*DATA RECORDS:*
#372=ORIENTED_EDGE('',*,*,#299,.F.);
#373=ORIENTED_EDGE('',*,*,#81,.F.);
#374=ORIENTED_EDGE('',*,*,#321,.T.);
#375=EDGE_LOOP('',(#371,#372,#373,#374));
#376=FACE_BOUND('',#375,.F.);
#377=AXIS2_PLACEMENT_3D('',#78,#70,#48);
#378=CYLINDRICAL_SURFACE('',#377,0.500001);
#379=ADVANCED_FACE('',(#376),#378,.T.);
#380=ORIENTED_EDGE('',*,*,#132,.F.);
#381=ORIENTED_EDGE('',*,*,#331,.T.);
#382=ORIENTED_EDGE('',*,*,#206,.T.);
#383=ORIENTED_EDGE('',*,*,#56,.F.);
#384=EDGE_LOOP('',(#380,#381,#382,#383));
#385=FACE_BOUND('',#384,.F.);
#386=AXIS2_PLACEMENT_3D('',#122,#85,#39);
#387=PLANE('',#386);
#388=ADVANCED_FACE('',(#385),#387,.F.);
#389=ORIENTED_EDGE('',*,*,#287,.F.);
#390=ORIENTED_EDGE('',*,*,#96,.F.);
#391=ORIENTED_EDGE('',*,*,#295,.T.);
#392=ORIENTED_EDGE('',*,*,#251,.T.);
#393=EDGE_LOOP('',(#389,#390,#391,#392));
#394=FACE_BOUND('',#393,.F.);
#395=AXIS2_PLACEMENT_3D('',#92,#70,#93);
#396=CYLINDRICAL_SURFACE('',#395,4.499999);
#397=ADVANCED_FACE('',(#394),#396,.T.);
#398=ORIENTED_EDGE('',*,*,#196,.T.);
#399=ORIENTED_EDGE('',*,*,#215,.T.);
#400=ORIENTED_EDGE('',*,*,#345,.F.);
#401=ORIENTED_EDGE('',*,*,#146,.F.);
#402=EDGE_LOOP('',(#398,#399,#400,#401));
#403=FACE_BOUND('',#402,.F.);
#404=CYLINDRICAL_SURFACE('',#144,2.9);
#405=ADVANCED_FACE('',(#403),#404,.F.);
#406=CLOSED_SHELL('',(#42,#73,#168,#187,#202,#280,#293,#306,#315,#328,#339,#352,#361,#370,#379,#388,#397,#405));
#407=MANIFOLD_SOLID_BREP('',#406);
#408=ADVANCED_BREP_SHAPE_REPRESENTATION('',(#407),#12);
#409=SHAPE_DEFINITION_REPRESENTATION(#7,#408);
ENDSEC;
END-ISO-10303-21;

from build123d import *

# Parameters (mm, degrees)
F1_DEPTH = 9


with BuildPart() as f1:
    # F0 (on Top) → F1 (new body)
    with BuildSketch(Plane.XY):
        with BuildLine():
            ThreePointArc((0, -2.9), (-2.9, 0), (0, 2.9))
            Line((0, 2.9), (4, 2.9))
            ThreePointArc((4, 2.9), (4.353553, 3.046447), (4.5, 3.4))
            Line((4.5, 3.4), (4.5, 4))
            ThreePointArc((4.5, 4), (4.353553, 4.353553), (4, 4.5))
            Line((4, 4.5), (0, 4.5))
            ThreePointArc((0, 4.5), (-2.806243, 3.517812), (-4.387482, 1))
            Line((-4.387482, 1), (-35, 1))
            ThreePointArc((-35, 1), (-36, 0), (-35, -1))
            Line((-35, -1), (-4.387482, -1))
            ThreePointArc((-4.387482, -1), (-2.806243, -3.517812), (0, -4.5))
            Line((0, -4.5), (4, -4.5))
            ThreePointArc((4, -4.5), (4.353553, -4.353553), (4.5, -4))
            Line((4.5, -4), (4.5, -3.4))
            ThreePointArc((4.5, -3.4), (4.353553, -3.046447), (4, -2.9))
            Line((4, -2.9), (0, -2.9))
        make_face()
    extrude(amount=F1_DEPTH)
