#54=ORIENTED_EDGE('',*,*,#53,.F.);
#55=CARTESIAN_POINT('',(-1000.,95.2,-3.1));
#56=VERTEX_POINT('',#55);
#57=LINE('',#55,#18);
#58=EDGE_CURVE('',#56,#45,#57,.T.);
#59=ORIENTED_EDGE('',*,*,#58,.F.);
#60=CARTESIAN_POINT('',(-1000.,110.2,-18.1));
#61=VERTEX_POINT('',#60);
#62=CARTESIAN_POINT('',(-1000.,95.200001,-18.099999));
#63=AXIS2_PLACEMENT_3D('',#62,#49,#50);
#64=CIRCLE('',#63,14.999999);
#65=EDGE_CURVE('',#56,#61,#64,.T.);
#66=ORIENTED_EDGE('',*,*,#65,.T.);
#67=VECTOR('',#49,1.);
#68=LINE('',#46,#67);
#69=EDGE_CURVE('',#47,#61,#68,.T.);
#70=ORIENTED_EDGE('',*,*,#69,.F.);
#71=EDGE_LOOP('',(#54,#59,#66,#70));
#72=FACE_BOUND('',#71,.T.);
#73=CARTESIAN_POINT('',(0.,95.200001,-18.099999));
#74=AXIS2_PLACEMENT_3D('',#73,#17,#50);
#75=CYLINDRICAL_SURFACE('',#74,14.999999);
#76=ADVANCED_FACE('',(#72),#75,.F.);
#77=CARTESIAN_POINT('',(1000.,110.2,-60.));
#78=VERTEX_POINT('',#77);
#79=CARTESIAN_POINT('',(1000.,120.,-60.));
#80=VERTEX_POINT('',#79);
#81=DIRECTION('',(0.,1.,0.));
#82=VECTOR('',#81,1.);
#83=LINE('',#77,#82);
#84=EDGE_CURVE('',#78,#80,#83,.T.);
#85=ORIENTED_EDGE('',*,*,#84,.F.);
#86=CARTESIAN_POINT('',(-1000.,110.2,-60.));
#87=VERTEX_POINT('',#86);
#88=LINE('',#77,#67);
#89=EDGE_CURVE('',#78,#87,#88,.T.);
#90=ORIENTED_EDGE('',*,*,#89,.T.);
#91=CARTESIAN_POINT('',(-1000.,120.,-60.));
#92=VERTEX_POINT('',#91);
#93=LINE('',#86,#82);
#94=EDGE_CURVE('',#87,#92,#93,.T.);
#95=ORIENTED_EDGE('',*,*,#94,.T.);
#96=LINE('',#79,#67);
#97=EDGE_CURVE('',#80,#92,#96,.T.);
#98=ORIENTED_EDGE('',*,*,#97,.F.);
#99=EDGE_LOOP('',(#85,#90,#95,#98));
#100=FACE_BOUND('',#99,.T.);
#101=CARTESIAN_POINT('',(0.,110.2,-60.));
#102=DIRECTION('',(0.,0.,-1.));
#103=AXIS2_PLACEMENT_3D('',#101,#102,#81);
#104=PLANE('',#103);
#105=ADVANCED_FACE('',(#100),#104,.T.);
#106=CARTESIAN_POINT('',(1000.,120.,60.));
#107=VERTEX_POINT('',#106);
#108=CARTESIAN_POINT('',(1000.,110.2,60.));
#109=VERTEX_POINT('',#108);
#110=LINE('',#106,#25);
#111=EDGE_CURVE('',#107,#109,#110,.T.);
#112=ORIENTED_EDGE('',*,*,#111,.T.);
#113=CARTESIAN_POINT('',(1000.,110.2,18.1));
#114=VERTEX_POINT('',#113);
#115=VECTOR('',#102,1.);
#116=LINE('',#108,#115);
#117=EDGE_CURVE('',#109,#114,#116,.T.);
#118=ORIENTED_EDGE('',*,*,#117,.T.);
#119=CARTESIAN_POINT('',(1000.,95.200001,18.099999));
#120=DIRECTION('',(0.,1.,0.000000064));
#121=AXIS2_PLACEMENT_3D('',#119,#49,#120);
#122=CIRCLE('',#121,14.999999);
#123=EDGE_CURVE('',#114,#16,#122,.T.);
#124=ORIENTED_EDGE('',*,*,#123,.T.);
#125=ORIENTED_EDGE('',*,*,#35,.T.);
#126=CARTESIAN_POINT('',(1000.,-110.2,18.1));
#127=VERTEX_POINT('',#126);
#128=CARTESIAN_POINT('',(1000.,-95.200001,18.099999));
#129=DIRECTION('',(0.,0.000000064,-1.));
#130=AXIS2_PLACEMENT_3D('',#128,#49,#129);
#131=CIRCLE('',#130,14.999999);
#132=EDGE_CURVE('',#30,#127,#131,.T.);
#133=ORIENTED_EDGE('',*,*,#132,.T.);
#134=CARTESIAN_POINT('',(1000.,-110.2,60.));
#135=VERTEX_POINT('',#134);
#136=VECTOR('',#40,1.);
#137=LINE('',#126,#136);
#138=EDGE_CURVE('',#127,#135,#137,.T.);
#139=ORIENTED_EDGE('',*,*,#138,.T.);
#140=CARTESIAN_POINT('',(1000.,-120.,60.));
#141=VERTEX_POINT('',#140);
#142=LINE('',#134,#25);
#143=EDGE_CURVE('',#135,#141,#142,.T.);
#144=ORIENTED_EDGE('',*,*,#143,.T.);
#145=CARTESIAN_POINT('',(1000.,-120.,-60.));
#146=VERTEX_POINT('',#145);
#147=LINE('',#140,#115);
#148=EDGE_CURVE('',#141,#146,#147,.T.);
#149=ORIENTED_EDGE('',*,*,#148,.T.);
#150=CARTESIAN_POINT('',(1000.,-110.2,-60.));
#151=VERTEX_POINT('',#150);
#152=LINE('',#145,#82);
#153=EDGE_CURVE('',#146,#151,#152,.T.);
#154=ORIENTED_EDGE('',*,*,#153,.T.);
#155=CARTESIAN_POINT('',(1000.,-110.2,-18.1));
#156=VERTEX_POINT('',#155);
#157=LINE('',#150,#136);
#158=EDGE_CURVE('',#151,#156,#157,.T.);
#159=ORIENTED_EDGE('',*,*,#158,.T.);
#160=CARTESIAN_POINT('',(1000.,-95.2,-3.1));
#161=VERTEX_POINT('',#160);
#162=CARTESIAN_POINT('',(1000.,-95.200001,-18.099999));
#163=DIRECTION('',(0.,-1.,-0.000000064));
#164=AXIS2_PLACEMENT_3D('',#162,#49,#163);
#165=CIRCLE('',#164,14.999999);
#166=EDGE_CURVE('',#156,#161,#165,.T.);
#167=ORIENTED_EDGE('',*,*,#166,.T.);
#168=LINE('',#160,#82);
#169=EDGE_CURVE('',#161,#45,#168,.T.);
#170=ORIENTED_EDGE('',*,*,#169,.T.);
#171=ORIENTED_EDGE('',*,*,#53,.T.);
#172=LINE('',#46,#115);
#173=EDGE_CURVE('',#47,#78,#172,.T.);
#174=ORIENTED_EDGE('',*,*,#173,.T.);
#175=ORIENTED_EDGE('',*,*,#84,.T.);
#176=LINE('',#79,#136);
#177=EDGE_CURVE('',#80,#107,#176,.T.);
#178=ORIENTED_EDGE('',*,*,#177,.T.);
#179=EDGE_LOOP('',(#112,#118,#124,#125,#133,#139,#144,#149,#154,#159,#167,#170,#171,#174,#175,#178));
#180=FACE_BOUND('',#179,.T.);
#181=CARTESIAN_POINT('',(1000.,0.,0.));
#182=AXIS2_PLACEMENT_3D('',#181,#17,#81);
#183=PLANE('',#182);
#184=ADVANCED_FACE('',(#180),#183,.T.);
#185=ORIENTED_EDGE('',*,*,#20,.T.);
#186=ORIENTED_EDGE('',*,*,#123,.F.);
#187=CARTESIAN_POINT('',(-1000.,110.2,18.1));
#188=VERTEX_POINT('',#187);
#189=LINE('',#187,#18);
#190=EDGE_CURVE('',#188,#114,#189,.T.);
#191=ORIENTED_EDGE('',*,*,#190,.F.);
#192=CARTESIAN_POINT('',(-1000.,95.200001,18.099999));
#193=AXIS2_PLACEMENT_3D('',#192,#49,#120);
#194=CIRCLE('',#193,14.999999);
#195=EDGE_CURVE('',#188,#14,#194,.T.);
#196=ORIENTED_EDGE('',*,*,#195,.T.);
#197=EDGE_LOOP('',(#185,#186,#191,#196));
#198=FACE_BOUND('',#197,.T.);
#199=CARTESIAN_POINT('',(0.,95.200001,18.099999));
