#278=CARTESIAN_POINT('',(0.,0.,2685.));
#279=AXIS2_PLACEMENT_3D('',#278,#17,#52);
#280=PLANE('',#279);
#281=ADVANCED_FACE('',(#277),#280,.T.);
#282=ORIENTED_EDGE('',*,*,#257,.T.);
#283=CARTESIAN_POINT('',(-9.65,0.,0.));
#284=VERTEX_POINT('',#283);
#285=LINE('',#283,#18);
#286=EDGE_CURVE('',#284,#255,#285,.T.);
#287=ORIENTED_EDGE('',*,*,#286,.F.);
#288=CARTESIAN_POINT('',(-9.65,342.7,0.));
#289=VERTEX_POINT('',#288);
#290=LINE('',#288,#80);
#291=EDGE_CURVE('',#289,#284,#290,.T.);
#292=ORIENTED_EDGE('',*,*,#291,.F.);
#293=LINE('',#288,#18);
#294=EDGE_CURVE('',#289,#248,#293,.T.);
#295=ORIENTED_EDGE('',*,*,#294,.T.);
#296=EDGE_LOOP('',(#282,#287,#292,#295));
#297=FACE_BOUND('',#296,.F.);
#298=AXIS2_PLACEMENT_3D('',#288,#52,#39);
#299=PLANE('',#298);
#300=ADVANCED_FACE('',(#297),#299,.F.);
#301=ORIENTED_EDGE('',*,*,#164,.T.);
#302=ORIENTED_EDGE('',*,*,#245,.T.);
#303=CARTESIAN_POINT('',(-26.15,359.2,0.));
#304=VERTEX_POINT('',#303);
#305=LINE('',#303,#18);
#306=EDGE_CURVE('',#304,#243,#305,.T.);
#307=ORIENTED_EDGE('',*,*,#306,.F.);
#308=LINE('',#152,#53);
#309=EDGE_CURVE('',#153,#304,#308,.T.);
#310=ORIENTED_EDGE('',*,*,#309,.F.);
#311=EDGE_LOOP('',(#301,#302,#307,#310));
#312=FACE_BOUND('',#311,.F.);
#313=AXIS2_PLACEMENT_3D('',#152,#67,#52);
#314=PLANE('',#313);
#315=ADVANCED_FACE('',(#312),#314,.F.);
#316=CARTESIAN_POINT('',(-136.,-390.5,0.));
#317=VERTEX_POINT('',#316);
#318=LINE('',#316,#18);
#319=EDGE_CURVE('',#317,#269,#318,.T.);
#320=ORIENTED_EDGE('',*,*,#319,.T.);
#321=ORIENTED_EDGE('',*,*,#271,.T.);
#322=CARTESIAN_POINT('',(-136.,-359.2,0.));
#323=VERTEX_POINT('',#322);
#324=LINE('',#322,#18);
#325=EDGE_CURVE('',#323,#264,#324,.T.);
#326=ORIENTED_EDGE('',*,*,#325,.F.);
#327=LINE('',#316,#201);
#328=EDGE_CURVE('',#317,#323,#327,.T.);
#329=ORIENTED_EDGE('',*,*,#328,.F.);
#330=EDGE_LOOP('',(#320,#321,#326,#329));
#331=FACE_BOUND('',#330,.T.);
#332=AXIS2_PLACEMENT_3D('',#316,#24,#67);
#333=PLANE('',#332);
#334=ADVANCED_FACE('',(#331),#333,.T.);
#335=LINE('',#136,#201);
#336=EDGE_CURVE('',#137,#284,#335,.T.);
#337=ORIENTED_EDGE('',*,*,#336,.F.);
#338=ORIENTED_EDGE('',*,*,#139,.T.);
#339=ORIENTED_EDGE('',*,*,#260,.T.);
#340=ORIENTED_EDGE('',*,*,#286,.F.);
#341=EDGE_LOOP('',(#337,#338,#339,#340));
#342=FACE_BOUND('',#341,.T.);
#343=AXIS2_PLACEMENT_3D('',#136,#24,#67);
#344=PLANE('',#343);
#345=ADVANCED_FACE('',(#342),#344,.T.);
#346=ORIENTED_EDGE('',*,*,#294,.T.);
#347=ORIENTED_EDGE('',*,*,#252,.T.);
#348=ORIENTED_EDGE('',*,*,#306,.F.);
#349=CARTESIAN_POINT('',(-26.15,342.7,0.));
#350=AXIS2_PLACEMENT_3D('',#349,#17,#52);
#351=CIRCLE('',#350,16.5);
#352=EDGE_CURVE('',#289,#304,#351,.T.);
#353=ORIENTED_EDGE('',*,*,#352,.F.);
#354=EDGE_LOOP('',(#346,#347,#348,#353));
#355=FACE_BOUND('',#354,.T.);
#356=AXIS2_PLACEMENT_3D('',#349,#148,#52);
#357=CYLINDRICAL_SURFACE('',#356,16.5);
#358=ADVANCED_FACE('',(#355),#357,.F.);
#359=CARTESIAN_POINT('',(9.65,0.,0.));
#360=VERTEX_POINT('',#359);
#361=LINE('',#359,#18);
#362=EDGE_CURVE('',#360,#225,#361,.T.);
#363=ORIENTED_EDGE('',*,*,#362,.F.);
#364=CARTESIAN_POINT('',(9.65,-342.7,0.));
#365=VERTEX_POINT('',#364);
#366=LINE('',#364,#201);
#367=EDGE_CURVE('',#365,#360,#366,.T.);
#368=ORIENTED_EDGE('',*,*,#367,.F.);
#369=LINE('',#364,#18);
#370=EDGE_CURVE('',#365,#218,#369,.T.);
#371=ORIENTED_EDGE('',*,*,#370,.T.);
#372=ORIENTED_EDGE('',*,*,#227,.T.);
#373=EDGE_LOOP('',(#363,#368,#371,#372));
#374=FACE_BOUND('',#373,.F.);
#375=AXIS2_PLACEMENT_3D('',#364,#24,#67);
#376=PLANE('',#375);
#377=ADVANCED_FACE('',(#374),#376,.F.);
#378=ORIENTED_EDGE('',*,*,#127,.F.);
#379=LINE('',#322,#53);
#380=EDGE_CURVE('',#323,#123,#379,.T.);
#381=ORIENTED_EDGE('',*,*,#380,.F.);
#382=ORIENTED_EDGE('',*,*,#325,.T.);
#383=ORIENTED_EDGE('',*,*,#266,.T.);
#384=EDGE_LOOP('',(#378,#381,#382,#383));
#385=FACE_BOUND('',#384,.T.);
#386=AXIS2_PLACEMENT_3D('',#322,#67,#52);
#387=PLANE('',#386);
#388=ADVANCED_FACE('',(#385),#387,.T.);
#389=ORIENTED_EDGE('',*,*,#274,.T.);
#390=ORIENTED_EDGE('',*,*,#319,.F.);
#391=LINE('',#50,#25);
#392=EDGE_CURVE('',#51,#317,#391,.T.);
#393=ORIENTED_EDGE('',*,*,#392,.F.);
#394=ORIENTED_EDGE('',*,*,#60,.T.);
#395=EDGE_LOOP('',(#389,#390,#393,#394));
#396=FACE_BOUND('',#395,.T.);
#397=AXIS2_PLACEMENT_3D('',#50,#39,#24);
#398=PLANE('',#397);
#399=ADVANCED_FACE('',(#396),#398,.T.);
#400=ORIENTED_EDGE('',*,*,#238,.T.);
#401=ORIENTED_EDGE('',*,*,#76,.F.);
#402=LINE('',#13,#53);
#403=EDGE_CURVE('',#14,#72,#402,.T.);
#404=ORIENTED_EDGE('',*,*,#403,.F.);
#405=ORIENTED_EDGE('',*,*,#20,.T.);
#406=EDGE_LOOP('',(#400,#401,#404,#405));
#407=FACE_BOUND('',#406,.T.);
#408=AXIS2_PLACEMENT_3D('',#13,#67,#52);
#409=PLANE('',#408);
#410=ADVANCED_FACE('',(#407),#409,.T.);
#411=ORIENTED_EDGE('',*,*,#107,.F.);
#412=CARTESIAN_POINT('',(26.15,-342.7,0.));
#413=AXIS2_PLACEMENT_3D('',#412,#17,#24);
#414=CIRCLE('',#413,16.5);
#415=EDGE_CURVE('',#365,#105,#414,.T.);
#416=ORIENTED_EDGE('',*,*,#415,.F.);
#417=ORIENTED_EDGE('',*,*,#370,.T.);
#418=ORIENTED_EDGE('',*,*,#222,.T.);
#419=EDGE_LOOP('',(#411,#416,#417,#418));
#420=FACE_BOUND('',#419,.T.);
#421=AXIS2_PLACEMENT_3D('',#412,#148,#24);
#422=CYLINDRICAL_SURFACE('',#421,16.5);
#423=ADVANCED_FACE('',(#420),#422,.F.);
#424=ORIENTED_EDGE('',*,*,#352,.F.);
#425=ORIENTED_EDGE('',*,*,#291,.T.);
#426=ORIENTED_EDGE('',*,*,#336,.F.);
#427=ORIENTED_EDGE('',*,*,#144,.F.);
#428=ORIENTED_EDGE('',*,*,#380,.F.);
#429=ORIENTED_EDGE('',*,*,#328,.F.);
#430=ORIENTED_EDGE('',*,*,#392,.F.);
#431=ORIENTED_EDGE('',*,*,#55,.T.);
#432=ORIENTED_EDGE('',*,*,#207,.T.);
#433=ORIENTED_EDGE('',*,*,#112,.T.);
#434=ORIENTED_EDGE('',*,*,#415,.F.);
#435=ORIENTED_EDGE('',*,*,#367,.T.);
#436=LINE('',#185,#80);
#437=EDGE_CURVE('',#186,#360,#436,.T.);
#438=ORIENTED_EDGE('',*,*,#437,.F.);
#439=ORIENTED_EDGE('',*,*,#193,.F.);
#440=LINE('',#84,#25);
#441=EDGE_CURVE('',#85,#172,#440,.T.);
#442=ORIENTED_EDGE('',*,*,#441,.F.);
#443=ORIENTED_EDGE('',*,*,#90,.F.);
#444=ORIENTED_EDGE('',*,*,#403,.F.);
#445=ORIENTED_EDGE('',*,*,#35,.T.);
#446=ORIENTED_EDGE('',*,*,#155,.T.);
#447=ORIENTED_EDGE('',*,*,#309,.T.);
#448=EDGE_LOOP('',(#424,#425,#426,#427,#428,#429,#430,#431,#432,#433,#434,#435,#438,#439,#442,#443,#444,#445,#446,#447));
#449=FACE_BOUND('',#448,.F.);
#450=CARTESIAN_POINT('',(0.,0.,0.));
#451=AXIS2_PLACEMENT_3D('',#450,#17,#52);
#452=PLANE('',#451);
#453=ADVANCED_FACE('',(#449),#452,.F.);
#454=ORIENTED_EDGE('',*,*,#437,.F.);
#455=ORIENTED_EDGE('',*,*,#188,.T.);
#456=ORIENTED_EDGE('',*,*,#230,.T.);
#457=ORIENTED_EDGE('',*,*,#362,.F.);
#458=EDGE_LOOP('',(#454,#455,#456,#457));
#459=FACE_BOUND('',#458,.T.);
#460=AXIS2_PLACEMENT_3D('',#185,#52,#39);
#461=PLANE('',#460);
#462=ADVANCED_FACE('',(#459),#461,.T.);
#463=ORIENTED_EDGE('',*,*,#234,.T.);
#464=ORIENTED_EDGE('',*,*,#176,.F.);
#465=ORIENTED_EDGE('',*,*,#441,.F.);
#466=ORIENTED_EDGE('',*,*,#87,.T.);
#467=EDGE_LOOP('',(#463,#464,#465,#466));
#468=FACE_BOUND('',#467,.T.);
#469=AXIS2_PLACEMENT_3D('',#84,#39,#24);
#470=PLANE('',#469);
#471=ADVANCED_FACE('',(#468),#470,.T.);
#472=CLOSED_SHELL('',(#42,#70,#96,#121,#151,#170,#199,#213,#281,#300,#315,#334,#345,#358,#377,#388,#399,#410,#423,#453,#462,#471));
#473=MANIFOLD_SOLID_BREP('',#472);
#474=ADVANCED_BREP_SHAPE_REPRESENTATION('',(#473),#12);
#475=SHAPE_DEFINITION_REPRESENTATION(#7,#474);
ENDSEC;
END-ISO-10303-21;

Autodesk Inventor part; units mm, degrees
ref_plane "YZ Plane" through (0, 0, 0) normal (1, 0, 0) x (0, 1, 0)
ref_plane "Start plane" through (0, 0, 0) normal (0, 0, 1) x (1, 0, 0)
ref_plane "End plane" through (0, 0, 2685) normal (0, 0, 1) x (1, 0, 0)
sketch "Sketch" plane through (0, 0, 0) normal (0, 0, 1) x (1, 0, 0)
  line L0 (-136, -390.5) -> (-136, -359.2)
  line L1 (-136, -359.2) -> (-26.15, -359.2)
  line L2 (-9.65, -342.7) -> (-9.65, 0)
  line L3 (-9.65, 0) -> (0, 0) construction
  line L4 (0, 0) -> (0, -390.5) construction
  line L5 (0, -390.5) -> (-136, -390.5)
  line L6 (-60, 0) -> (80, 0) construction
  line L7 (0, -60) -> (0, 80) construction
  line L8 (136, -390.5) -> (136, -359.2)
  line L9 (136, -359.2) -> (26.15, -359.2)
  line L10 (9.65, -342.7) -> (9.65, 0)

*ABOUT THIS EXERCISE:*
Extract the lines of the preceding material that run from the line with "#129=DIRECTION('',(0.,0.000000064,-1.));" through the line with "#172=LINE('',#46,#115);", inclusive, reproducing them exactly and adding nothing.

*WRITTEN RESPONSE:*
#129=DIRECTION('',(0.,0.000000064,-1.));
#130=AXIS2_PLACEMENT_3D('',#128,#49,#129);
#131=CIRCLE('',#130,14.999999);
#132=EDGE_CURVE('',#30,#127,#131,.T.);
#133=ORIENTED_EDGE('',*,*,#132,.T.);
#134=CARTESIAN_POINT('',(1000.,-110.2,60.));
#135=VERTEX_POINT('',#134);
#136=VECTOR('',#40,1.);
#137=LINE('',#126,#136);
#138=EDGE_CURVE('',#127,#135,#137,.T.);
#139=ORIENTED_EDGE('',*,*,#138,.T.);
#140=CARTESIAN_POINT('',(1000.,-120.,60.));
#141=VERTEX_POINT('',#140);
#142=LINE('',#134,#25);
#143=EDGE_CURVE('',#135,#141,#142,.T.);
#144=ORIENTED_EDGE('',*,*,#143,.T.);
#145=CARTESIAN_POINT('',(1000.,-120.,-60.));
#146=VERTEX_POINT('',#145);
#147=LINE('',#140,#115);
#148=EDGE_CURVE('',#141,#146,#147,.T.);
#149=ORIENTED_EDGE('',*,*,#148,.T.);
#150=CARTESIAN_POINT('',(1000.,-110.2,-60.));
#151=VERTEX_POINT('',#150);
#152=LINE('',#145,#82);
#153=EDGE_CURVE('',#146,#151,#152,.T.);
#154=ORIENTED_EDGE('',*,*,#153,.T.);
#155=CARTESIAN_POINT('',(1000.,-110.2,-18.1));
#156=VERTEX_POINT('',#155);
#157=LINE('',#150,#136);
#158=EDGE_CURVE('',#151,#156,#157,.T.);
#159=ORIENTED_EDGE('',*,*,#158,.T.);
#160=CARTESIAN_POINT('',(1000.,-95.2,-3.1));
#161=VERTEX_POINT('',#160);
#162=CARTESIAN_POINT('',(1000.,-95.200001,-18.099999));
#163=DIRECTION('',(0.,-1.,-0.000000064));
#164=AXIS2_PLACEMENT_3D('',#162,#49,#163);
#165=CIRCLE('',#164,14.999999);
#166=EDGE_CURVE('',#156,#161,#165,.T.);
#167=ORIENTED_EDGE('',*,*,#166,.T.);
#168=LINE('',#160,#82);
#169=EDGE_CURVE('',#161,#45,#168,.T.);
#170=ORIENTED_EDGE('',*,*,#169,.T.);
#171=ORIENTED_EDGE('',*,*,#53,.T.);
#172=LINE('',#46,#115);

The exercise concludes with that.